"Twenty Flight Rock" is a song originally performed by Eddie Cochran in the 1956 film comedy The Girl Can't Help It, and released as a single the following year. The song was published in 1957 as written by Ned Fairchild and Eddie Cochran, by American Music Incorporated and Campbell, Connelly and Company. Cochran's contribution was primarily on the music. His version is rockabilly-flavored, but artists of a variety of genres have covered the song.

Background
The first version of "Twenty Flight Rock" was recorded by Cochran in July 1956 at Gold Star Studios, with Connie Smith on the bull fiddle and Jerry Capehart thumping a soup carton. Cochran re-recorded the song sometime between May to August 1957. This later version was released in the United States (Liberty 55112) with "Cradle Baby" as a flipside. It was a moderate seller, but was more popular in Europe and had steady sales for a long period. The song is from the point of view of a boyfriend whose girlfriend has an apartment on the twentieth floor; the building elevator is not operating; consequently the boyfriend has to climb the stairs, making him too tired to “rock” by the time he reaches her.

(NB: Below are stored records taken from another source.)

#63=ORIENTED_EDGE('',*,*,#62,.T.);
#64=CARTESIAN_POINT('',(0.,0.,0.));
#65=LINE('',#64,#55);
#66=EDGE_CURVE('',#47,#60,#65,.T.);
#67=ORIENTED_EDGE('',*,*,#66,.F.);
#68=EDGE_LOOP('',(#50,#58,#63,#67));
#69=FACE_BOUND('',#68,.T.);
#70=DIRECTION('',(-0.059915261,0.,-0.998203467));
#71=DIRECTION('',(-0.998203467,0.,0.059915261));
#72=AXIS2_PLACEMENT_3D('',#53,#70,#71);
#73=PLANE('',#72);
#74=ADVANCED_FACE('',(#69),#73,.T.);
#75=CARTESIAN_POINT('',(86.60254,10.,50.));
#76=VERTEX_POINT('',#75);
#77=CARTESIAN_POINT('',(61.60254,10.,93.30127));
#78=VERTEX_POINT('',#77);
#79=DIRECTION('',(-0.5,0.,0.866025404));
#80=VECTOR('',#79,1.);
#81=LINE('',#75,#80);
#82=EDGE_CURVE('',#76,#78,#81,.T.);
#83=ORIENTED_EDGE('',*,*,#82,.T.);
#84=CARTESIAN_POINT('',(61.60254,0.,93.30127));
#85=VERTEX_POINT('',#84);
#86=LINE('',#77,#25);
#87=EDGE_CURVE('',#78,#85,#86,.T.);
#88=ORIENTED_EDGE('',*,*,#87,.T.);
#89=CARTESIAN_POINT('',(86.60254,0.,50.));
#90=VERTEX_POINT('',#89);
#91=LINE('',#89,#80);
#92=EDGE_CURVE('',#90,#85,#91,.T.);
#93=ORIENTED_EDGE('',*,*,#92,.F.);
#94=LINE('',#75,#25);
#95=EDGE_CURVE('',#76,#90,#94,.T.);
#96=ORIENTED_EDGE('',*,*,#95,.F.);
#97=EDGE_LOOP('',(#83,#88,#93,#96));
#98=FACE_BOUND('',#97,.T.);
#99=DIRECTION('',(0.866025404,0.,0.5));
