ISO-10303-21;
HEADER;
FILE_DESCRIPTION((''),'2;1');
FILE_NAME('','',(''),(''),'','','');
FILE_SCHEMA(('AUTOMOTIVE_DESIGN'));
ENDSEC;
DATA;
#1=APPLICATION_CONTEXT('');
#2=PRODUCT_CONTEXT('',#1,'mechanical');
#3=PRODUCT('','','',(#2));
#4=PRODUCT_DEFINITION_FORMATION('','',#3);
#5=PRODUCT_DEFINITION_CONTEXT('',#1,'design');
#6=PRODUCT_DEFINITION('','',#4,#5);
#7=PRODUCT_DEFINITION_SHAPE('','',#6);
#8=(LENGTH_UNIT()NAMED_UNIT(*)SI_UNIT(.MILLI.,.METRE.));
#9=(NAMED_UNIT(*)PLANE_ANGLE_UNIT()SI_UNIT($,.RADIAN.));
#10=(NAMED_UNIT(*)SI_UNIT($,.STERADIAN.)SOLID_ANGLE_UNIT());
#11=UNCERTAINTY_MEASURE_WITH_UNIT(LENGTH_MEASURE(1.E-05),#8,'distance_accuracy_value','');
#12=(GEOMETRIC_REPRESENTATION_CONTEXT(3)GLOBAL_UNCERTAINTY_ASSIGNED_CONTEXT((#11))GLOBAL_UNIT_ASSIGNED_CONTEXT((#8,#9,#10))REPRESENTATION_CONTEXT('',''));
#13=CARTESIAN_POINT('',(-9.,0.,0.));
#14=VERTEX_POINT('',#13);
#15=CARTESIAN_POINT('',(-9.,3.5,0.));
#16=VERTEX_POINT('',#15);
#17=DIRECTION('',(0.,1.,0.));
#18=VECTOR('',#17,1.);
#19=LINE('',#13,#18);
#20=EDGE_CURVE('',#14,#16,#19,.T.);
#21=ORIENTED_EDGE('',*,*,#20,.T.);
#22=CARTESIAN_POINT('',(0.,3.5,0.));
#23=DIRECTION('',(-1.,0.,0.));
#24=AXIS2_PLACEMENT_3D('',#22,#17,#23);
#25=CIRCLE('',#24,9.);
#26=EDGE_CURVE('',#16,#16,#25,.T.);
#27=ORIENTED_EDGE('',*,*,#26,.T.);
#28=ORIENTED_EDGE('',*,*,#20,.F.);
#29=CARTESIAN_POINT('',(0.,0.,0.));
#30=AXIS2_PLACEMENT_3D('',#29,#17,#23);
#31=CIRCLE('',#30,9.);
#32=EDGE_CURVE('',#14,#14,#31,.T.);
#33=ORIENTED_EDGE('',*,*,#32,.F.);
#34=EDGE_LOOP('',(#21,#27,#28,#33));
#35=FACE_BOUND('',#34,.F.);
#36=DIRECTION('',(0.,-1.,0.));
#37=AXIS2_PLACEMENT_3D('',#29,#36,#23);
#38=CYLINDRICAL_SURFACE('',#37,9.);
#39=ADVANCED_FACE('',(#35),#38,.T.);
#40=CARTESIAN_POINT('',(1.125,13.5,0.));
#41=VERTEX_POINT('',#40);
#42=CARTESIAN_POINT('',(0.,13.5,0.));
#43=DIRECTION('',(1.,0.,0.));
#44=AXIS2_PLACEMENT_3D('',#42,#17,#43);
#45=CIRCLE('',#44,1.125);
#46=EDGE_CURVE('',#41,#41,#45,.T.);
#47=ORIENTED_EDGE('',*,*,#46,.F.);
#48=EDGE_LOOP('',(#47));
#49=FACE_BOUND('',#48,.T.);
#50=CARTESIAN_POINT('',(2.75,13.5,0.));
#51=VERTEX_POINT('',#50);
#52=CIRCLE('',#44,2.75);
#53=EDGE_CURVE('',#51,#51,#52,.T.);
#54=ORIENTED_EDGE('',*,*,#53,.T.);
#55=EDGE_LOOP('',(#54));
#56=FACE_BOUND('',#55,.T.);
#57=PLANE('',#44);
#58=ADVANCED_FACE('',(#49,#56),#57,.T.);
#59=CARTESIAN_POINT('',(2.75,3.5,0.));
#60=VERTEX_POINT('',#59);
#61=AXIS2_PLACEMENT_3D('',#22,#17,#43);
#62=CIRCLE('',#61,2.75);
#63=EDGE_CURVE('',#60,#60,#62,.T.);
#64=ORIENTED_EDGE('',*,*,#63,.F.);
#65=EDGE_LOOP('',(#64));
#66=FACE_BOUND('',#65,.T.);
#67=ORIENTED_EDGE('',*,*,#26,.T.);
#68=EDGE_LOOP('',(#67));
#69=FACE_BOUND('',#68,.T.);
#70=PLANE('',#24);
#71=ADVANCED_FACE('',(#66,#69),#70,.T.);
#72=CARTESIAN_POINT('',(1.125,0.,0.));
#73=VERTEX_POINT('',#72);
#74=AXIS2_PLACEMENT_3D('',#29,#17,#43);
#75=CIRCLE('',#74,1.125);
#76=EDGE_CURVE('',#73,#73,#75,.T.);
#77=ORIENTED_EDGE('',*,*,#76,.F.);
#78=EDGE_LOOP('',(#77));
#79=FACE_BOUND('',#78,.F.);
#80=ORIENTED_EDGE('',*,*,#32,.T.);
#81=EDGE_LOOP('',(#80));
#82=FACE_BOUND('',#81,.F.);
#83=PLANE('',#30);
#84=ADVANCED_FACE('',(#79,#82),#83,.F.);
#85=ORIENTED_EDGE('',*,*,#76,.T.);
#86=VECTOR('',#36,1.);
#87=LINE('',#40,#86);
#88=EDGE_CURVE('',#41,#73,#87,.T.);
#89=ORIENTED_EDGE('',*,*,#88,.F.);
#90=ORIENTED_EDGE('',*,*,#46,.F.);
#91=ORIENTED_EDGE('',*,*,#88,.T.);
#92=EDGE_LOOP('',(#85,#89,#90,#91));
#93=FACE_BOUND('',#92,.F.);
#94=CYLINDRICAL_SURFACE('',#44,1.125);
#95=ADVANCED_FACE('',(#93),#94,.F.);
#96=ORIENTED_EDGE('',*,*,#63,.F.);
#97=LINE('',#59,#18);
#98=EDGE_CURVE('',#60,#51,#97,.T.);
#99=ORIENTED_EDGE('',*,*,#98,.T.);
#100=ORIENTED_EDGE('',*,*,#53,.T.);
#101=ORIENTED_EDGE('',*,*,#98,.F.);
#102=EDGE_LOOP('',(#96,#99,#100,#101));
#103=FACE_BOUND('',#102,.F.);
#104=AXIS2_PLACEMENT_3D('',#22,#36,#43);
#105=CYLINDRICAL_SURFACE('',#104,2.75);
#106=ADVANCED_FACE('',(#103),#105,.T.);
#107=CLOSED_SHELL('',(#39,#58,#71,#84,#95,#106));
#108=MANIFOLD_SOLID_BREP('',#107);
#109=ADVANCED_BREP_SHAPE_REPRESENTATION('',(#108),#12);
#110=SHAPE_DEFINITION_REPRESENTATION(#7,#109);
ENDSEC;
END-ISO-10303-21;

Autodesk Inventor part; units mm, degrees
ref_plane "YZ Plane" through (0, 0, 0) normal (1, 0, 0) x (0, 1, 0)
ref_plane "XZ Plane" through (0, 0, 0) normal (0, 1, 0) x (-1, 0, 0)
ref_plane "XY Plane" through (0, 0, 0) normal (0, 0, 1) x (1, 0, 0)
sketch "Sketch1" plane through (0, 0, 0) normal (0, 1, 0) x (-1, 0, 0)
  circle A0 centre (0, 0) radius 9
  dimension "d0" = 18
extrude "Extrusion1" add sketch "Sketch1" along normal blind 3.5
sketch "Sketch2" plane through (0, 3.5, 0) normal (0, 1, 0) x (1, 0, 0)
  circle A0 centre (0, 0) radius 2.75
  dimension "d3" = 5.5
extrude "Extrusion2" add sketch "Sketch2" along normal blind 10
sketch "Sketch3" plane through (0, 13.5, 0) normal (0, 1, 0) x (1, 0, 0)
  circle A0 centre (0, 0) radius 1.125
  dimension "d6" = 2.25
extrude "Extrusion3" cut sketch "Sketch3" against normal up to surface (13.5 mm away)
properties part number "Belt_Bearing_Holder"
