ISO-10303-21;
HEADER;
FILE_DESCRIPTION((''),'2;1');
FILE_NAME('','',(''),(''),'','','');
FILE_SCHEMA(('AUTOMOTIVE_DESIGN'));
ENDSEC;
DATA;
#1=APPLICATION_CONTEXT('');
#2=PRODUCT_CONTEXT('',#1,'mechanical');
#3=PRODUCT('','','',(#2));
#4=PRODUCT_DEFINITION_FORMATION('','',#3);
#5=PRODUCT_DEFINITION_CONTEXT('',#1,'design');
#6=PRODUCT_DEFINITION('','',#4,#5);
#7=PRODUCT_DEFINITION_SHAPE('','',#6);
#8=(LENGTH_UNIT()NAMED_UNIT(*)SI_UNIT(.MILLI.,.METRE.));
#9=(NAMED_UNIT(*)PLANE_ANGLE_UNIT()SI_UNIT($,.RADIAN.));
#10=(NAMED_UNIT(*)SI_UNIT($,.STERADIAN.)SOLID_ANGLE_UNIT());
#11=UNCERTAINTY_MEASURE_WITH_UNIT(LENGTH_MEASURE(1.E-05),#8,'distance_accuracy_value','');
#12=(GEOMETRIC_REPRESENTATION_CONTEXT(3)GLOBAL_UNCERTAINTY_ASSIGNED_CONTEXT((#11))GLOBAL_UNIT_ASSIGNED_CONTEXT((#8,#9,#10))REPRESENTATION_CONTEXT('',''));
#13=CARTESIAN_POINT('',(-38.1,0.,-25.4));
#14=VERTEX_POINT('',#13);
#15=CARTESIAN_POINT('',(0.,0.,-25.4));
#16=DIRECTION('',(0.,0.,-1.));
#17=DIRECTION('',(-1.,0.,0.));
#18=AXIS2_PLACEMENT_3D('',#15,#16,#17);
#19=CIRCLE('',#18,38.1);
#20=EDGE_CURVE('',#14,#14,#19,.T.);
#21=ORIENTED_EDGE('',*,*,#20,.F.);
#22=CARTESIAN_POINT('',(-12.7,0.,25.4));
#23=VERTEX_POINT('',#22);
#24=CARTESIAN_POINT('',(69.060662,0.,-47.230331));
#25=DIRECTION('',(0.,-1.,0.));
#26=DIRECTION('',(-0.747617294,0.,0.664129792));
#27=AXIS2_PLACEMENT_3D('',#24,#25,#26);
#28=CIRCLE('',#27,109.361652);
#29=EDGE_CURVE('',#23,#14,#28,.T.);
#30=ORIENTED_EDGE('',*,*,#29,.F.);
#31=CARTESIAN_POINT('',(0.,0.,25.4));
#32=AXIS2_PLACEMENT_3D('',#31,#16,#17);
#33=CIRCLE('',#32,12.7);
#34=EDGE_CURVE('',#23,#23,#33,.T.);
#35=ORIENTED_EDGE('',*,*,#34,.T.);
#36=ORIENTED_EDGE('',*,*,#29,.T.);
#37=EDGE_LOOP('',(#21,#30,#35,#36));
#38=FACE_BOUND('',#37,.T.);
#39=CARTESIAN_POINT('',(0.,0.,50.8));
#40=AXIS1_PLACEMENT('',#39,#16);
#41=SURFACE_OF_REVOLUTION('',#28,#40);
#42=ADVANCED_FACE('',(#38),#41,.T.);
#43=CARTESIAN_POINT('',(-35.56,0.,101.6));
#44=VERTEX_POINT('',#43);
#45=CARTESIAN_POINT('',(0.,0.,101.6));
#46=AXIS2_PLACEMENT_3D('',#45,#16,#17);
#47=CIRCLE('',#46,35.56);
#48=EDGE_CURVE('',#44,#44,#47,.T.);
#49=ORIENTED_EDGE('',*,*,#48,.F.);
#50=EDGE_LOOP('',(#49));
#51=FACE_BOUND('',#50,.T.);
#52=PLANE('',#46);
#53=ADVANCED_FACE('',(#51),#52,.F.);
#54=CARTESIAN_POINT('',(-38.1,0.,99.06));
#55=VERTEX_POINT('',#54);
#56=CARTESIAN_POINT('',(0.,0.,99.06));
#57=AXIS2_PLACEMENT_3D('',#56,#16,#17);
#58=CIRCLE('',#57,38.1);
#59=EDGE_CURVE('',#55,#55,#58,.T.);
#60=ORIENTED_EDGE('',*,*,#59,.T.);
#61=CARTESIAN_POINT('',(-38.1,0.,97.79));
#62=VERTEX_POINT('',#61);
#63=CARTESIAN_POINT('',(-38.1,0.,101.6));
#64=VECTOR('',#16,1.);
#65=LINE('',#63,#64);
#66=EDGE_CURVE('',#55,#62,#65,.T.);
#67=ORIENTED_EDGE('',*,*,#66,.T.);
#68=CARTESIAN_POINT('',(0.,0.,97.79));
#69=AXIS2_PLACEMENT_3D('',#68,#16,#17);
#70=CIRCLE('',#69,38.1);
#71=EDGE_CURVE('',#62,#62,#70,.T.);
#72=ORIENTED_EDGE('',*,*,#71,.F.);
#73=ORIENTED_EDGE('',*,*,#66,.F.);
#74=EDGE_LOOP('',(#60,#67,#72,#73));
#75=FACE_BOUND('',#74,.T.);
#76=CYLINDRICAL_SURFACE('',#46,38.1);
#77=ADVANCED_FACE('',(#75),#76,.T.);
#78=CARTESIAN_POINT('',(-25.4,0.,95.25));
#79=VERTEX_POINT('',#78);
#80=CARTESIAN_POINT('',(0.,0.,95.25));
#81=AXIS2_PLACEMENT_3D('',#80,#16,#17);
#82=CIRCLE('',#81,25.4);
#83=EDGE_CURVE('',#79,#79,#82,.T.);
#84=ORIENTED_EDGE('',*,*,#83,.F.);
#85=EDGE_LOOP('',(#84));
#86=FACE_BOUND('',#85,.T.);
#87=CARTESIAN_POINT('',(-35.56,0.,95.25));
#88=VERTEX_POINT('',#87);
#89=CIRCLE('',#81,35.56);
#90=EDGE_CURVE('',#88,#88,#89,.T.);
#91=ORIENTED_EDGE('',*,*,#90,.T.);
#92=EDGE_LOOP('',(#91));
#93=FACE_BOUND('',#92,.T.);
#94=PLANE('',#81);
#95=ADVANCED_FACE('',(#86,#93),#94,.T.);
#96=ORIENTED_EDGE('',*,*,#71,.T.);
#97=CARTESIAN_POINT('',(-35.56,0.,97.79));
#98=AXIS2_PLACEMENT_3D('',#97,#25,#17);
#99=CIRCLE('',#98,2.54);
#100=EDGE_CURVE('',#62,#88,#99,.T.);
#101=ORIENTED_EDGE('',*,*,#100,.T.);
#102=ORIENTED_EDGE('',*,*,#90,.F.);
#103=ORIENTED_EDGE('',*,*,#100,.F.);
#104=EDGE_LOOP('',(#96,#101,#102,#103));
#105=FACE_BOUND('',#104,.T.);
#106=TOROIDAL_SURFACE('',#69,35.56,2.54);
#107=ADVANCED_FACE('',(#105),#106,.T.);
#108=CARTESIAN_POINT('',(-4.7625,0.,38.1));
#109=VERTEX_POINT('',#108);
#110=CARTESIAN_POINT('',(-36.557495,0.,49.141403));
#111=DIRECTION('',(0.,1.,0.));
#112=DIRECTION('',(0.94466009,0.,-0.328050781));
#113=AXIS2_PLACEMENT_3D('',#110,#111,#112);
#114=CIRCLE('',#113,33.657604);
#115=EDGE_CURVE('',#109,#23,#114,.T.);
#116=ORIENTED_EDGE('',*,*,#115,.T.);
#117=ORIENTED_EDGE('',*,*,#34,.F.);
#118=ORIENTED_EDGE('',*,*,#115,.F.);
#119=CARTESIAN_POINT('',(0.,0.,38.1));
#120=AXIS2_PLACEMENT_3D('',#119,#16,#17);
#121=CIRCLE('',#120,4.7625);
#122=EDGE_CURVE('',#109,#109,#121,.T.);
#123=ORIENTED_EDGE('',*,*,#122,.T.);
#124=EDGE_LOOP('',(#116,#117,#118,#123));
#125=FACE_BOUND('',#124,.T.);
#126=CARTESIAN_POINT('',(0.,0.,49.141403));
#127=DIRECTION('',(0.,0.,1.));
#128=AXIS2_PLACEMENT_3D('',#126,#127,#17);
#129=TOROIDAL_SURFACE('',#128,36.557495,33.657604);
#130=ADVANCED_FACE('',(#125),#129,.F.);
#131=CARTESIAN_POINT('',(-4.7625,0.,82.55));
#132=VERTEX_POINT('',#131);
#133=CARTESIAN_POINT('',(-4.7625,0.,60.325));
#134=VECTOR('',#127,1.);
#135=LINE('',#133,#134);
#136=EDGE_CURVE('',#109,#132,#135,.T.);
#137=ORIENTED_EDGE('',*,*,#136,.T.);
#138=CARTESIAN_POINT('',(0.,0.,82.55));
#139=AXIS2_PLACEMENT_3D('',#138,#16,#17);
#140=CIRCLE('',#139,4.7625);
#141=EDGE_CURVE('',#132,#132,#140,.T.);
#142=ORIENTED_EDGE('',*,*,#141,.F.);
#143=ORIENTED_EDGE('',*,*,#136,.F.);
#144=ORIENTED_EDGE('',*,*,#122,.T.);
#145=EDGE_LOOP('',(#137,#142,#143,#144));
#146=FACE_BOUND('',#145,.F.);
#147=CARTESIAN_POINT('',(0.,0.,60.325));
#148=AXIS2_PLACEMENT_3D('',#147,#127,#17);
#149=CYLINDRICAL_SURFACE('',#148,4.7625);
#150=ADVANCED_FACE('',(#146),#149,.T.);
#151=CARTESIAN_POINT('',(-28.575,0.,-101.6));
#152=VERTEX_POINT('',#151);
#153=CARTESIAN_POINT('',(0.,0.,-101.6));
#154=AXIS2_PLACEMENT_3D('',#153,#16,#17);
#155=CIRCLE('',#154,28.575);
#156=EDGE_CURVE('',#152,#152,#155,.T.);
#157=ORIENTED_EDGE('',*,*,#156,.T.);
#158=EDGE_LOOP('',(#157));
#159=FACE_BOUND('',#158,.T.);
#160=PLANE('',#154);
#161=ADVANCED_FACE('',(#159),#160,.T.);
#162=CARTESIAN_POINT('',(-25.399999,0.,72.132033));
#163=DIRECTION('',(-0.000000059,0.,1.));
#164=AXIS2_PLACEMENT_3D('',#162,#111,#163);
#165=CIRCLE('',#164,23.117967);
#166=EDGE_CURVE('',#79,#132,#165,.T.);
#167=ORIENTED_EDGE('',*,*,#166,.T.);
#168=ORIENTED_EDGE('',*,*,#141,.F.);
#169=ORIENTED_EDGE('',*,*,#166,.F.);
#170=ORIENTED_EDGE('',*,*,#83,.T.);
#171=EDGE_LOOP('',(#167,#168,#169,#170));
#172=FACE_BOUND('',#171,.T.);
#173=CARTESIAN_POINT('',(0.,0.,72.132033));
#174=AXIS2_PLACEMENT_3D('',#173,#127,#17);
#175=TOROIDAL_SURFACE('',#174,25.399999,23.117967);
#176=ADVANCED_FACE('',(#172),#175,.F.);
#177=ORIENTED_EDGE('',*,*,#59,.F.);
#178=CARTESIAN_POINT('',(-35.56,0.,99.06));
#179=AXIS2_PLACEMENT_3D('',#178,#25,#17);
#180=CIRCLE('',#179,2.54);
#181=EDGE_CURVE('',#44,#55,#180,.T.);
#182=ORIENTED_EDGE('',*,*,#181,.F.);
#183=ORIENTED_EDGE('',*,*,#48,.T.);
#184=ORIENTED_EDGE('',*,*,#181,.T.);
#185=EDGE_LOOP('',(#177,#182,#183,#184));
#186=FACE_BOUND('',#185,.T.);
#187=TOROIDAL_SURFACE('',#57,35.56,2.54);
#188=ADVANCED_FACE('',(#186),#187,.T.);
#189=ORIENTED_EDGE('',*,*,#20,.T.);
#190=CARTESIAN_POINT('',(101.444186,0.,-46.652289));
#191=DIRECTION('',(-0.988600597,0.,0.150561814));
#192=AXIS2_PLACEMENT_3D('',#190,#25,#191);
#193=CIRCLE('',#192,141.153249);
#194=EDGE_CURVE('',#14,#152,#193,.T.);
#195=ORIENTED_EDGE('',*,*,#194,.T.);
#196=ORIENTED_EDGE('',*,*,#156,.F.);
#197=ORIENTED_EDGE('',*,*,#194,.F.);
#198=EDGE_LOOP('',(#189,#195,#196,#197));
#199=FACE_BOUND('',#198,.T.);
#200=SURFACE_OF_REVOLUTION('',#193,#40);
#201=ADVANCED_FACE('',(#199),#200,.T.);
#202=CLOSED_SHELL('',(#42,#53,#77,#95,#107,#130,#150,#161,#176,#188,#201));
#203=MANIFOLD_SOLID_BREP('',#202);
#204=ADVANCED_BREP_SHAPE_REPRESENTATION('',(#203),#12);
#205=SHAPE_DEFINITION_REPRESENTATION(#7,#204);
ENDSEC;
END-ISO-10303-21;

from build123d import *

# Parameters (mm, degrees)
F0_W = 4.7625
F0_H = 44.45
F2_R = 2.54


with BuildPart() as f1:
    # F0 (on Front) → F1 (revolve)
    with BuildSketch(Plane.XZ):
        with BuildLine():
            Line((0, 82.55), (0, 101.6))
            Line((0, 101.6), (-38.1, 101.6))
            Line((-38.1, 101.6), (-38.1, 95.25))
            Line((-38.1, 95.25), (-25.4, 95.25))
            ThreePointArc((-25.4, 95.25), (-13.283932, 91.820642), (-4.7625, 82.55))
            Line((-4.7625, 82.55), (0, 82.55))
        make_face()
        with Locations((-2.38125, 60.325)):
            Rectangle(F0_W, F0_H)
        with BuildLine():
            Line((0, 25.4), (0, 38.1))
            Line((0, 38.1), (-4.7625, 38.1))
            ThreePointArc((-4.7625, 38.1), (-8.015904, 31.302909), (-12.7, 25.4))
            Line((-12.7, 25.4), (0, 25.4))
        make_face()
        with BuildLine():
            Line((0, 0), (0, 25.4))
            Line((0, 25.4), (-12.7, 25.4))
            ThreePointArc((-12.7, 25.4), (-28.755373, 1.677686), (-38.1, -25.4))
            Line((-38.1, -25.4), (0, -25.4))
            Line((0, -25.4), (0, 0))
        make_face()
        with BuildLine():
            Line((0, -101.6), (0, -25.4))
            Line((0, -25.4), (-38.1, -25.4))
            ThreePointArc((-38.1, -25.4), (-38.61906, -64.160195), (-28.575, -101.6))
            Line((-28.575, -101.6), (0, -101.6))
        make_face()
    revolve(axis=Axis((0, 0, 50.8), (0, 0, -1)))

    # F2
    f2_edges = [f1.edges().sort_by_distance(p)[0] for p in [
        (38.1, 0, 101.6),
        (38.1, 0, 95.25),
    ]]
    fillet(f2_edges, radius=F2_R)


solid = f1.part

The song follows the twelve-bar blues format, using the device of counting upwards ("One flight, two flight, three flight, four/five, six, seven flight, eight flight, more") in the refrain in a manner similar to "Rock Around the Clock". The final verse ends on a surprisingly morbid note compared to other pop songs of the time: "All this climbin' is a-gettin' me down. They'll find my corpse draped over a rail."

The barely 15-year-old Paul McCartney used "Twenty Flight Rock" as his first song when he auditioned for John Lennon on July 6, 1957 in Liverpool, England. The 16-year-old Lennon, introduced that day to McCartney at St. Peter's Church Hall prior to a church garden fete, was impressed by his new acquaintance's ability to play the song on the guitar. The good first impression of McCartney's performance led to an invitation to join the Quarrymen—Lennon's band that would eventually evolve into the Beatles. On The Beatles Anthology, McCartney noted that: "I think what impressed him most was that I knew all the words."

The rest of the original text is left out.